__Working data__

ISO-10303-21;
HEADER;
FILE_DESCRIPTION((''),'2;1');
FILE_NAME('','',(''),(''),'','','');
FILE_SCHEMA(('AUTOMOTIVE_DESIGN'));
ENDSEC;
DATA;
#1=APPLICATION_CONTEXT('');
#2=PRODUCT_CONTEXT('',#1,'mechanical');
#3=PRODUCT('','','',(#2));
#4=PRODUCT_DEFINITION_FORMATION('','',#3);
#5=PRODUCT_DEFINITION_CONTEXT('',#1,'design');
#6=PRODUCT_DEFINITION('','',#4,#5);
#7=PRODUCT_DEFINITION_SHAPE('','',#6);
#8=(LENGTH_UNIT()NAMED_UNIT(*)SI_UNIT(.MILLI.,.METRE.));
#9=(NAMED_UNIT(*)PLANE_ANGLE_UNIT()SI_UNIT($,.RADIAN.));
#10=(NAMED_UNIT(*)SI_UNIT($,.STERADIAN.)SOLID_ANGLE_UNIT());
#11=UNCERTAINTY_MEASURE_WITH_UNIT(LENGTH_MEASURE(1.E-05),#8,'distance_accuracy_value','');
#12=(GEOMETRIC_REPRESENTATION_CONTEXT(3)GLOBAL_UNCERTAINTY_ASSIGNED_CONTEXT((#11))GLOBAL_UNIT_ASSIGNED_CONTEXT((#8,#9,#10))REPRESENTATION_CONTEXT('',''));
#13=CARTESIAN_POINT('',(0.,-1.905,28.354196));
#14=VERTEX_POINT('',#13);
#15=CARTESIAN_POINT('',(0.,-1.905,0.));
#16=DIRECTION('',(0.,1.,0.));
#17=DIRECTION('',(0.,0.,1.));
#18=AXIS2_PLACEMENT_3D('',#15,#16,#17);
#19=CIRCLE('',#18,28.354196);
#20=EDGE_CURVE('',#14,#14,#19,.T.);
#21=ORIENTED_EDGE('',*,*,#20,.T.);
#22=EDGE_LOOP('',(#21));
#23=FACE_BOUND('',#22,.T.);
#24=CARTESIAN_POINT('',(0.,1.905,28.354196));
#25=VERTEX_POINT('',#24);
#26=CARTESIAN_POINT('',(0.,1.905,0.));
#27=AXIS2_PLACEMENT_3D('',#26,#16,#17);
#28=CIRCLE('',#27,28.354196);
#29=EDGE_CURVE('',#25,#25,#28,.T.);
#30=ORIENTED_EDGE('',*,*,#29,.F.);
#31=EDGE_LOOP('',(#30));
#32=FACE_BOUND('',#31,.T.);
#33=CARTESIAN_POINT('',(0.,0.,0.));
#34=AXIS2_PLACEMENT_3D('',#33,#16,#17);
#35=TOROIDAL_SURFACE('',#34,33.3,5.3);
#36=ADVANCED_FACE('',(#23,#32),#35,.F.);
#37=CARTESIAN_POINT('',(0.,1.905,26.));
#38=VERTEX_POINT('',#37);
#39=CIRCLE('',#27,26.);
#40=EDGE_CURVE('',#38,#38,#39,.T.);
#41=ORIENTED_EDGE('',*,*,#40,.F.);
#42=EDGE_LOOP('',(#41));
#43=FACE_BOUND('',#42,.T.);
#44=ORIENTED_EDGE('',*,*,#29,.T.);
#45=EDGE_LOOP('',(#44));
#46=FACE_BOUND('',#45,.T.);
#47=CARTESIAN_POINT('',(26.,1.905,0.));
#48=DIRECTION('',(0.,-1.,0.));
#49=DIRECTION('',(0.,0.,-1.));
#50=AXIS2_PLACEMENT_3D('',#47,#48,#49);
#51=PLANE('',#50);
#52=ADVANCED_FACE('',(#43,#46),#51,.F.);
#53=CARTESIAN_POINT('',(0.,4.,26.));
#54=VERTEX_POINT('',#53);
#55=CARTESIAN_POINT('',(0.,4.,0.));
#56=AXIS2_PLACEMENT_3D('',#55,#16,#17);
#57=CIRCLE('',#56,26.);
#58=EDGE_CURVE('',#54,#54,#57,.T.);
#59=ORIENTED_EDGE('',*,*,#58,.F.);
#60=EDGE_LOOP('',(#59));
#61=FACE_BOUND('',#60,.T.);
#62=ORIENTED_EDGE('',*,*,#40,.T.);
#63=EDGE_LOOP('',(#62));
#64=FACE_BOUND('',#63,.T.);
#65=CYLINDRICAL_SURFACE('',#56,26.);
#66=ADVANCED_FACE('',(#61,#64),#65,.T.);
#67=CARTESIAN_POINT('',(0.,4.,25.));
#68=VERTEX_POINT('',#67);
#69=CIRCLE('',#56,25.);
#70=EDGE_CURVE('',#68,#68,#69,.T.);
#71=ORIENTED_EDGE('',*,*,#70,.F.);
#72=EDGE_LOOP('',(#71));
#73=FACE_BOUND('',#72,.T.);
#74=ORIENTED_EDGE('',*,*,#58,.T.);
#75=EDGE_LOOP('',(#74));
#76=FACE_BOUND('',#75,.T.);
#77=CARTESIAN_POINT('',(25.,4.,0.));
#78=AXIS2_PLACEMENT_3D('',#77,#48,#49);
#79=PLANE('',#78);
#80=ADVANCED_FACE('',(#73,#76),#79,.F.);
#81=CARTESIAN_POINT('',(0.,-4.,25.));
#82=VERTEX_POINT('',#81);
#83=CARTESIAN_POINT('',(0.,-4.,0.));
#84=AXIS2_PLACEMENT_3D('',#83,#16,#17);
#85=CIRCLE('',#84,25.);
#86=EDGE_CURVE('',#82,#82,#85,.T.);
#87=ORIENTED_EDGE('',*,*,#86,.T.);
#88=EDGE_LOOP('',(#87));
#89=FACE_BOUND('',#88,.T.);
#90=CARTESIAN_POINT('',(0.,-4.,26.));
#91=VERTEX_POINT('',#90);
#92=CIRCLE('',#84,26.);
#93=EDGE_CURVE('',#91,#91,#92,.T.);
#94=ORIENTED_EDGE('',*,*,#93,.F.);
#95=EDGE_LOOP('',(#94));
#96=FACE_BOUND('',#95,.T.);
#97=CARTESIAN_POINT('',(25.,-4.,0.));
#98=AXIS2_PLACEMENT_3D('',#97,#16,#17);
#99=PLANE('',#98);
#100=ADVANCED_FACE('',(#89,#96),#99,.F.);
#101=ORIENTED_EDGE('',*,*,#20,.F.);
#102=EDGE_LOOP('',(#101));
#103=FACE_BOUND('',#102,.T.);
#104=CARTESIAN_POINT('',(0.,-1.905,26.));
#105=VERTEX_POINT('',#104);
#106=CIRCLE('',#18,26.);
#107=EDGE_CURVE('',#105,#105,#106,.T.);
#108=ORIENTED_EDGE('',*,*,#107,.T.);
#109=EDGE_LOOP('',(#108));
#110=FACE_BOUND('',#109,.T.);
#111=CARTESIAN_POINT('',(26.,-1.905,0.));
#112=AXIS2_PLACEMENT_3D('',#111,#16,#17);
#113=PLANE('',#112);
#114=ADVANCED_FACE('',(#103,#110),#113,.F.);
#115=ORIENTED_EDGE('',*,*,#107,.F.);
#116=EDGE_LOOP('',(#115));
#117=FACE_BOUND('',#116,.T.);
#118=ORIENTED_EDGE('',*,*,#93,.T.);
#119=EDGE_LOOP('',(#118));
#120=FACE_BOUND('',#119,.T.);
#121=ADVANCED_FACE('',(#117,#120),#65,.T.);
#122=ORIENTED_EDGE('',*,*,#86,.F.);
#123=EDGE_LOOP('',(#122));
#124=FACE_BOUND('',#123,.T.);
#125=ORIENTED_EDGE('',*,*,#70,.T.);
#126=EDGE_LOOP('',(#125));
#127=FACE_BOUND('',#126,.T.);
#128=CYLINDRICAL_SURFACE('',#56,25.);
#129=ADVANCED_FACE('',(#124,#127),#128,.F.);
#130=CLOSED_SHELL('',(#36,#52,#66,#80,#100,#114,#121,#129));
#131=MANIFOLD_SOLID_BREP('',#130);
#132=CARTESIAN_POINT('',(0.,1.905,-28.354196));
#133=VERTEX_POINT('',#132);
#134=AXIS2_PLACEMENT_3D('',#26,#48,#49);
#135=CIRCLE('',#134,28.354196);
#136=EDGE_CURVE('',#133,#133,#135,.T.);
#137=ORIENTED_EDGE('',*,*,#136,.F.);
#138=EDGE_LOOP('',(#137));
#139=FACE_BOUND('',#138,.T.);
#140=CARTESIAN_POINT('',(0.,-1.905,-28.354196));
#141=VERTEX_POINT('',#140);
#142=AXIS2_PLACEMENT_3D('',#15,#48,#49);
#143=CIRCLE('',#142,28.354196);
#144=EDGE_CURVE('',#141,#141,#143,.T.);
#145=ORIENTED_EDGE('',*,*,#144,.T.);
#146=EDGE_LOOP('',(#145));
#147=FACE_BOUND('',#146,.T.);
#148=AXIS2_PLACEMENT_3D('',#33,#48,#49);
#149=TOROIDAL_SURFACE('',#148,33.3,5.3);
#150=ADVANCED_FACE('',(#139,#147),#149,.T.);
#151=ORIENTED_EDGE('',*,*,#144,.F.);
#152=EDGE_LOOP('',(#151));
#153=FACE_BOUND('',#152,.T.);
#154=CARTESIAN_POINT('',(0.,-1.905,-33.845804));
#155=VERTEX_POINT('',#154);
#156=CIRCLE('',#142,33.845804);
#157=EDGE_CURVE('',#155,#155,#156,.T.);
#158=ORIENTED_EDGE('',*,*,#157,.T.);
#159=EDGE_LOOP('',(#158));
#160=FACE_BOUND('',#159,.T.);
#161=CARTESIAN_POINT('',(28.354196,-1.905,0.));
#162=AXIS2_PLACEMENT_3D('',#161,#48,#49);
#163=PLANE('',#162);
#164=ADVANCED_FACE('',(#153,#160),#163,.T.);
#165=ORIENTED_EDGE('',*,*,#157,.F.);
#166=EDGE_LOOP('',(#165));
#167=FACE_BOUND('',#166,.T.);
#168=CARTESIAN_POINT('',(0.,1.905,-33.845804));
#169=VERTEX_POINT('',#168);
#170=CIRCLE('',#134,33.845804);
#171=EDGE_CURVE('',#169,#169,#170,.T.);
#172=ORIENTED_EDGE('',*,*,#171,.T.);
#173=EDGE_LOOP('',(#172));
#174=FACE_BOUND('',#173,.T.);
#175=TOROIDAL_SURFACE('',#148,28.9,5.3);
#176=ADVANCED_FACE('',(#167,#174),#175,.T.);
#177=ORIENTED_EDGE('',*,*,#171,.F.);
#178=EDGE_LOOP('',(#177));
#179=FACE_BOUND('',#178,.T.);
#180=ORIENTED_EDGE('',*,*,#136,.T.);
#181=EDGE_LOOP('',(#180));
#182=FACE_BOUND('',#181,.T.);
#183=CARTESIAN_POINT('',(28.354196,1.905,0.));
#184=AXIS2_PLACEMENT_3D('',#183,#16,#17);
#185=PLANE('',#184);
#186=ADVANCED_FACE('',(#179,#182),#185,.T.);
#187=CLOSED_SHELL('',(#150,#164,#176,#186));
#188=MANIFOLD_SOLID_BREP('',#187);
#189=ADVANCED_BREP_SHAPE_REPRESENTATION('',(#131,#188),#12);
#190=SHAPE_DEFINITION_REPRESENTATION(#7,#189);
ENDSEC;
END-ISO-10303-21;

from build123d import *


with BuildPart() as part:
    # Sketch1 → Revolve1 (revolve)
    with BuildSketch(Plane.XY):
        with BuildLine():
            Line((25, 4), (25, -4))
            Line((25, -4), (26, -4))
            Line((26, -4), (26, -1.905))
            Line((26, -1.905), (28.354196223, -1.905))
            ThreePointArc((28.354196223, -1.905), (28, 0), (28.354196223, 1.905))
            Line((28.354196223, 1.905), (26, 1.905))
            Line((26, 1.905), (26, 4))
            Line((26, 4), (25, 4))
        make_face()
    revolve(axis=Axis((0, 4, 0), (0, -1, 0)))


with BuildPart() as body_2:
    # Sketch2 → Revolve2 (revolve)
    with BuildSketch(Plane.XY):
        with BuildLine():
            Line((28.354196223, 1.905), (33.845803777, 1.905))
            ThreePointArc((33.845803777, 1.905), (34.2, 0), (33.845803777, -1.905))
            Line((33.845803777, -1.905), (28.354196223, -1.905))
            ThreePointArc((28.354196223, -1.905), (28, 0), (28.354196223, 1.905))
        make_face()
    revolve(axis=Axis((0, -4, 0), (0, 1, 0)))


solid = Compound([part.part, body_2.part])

---

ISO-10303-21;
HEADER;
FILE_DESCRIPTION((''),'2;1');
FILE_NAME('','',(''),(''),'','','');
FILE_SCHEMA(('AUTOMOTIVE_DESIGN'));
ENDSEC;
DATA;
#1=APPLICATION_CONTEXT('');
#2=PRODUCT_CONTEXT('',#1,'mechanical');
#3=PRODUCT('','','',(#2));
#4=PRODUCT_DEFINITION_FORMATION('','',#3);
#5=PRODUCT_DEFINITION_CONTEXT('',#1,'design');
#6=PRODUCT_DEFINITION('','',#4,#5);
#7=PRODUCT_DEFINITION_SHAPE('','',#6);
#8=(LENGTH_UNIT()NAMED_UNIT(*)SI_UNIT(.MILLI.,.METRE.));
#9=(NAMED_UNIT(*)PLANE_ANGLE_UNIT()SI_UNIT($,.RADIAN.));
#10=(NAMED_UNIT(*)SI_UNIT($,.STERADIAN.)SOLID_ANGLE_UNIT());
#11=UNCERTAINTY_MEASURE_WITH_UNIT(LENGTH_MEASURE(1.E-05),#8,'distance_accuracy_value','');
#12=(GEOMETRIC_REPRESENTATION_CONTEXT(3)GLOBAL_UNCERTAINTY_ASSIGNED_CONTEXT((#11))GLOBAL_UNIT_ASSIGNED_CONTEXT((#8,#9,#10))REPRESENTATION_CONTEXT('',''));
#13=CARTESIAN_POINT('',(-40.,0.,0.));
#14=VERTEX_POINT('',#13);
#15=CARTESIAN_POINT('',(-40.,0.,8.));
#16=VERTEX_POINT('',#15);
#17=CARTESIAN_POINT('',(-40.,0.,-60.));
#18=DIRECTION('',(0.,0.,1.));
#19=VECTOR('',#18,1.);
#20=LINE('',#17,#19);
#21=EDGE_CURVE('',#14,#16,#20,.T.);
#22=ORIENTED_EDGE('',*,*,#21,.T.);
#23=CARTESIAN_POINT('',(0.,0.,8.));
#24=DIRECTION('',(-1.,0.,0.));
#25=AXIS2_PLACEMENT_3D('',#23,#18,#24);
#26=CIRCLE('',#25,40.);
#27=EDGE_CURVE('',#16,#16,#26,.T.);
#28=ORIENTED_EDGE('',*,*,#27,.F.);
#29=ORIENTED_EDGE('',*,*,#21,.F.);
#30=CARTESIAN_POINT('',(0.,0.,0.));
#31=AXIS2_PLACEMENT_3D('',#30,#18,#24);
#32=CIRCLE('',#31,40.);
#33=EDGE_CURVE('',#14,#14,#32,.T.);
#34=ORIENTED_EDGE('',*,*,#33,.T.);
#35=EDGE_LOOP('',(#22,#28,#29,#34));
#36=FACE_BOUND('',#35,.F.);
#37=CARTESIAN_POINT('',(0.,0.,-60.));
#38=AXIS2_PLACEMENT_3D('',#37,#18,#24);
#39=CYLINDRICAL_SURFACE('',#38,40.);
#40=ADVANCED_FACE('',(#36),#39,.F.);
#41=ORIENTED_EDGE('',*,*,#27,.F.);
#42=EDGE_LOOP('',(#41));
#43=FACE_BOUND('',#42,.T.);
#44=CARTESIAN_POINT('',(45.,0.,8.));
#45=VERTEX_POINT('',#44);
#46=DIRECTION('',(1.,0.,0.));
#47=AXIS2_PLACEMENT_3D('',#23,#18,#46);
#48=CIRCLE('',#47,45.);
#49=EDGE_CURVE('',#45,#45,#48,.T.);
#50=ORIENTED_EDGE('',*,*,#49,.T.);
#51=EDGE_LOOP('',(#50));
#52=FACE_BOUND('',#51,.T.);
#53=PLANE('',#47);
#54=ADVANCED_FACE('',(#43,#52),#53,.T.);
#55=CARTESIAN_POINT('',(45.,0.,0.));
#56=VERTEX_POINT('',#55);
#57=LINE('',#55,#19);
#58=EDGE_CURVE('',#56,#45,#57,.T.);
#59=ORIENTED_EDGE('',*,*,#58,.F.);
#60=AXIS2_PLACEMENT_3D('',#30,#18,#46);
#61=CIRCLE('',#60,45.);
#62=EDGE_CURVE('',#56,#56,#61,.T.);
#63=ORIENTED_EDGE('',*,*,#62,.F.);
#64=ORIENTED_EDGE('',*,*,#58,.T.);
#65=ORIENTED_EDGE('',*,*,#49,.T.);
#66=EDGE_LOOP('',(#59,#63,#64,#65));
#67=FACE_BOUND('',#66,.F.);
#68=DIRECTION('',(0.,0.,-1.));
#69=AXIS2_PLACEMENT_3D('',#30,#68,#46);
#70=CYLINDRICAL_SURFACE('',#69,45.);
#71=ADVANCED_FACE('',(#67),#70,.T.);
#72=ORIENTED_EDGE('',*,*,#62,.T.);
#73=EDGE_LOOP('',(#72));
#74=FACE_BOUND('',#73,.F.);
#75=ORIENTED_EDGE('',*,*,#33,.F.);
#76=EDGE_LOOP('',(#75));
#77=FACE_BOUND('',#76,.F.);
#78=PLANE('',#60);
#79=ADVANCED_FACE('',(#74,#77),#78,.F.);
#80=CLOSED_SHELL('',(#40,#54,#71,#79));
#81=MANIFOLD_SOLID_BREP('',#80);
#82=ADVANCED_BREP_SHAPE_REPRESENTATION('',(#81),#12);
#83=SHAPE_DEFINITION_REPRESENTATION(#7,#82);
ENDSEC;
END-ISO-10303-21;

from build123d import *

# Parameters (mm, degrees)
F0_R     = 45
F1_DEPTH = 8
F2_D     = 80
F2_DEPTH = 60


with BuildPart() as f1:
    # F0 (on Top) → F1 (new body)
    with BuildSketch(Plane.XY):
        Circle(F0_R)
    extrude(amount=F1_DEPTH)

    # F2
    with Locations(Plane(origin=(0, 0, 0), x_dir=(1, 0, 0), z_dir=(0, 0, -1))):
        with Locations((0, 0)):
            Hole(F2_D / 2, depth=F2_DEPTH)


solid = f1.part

__Task details__
Give again, word for word, every line of the listing above from the one with "#27=EDGE_CURVE('',#16,#16,#26,.T.);" to the one with "#49=EDGE_CURVE('',#45,#45,#48,.T.);", both inclusive, and nothing beyond them.

__Response area__
#27=EDGE_CURVE('',#16,#16,#26,.T.);
#28=ORIENTED_EDGE('',*,*,#27,.F.);
#29=ORIENTED_EDGE('',*,*,#21,.F.);
#30=CARTESIAN_POINT('',(0.,0.,0.));
#31=AXIS2_PLACEMENT_3D('',#30,#18,#24);
#32=CIRCLE('',#31,40.);
#33=EDGE_CURVE('',#14,#14,#32,.T.);
#34=ORIENTED_EDGE('',*,*,#33,.T.);
#35=EDGE_LOOP('',(#22,#28,#29,#34));
#36=FACE_BOUND('',#35,.F.);
#37=CARTESIAN_POINT('',(0.,0.,-60.));
#38=AXIS2_PLACEMENT_3D('',#37,#18,#24);
#39=CYLINDRICAL_SURFACE('',#38,40.);
#40=ADVANCED_FACE('',(#36),#39,.F.);
#41=ORIENTED_EDGE('',*,*,#27,.F.);
#42=EDGE_LOOP('',(#41));
#43=FACE_BOUND('',#42,.T.);
#44=CARTESIAN_POINT('',(45.,0.,8.));
#45=VERTEX_POINT('',#44);
#46=DIRECTION('',(1.,0.,0.));
#47=AXIS2_PLACEMENT_3D('',#23,#18,#46);
#48=CIRCLE('',#47,45.);
#49=EDGE_CURVE('',#45,#45,#48,.T.);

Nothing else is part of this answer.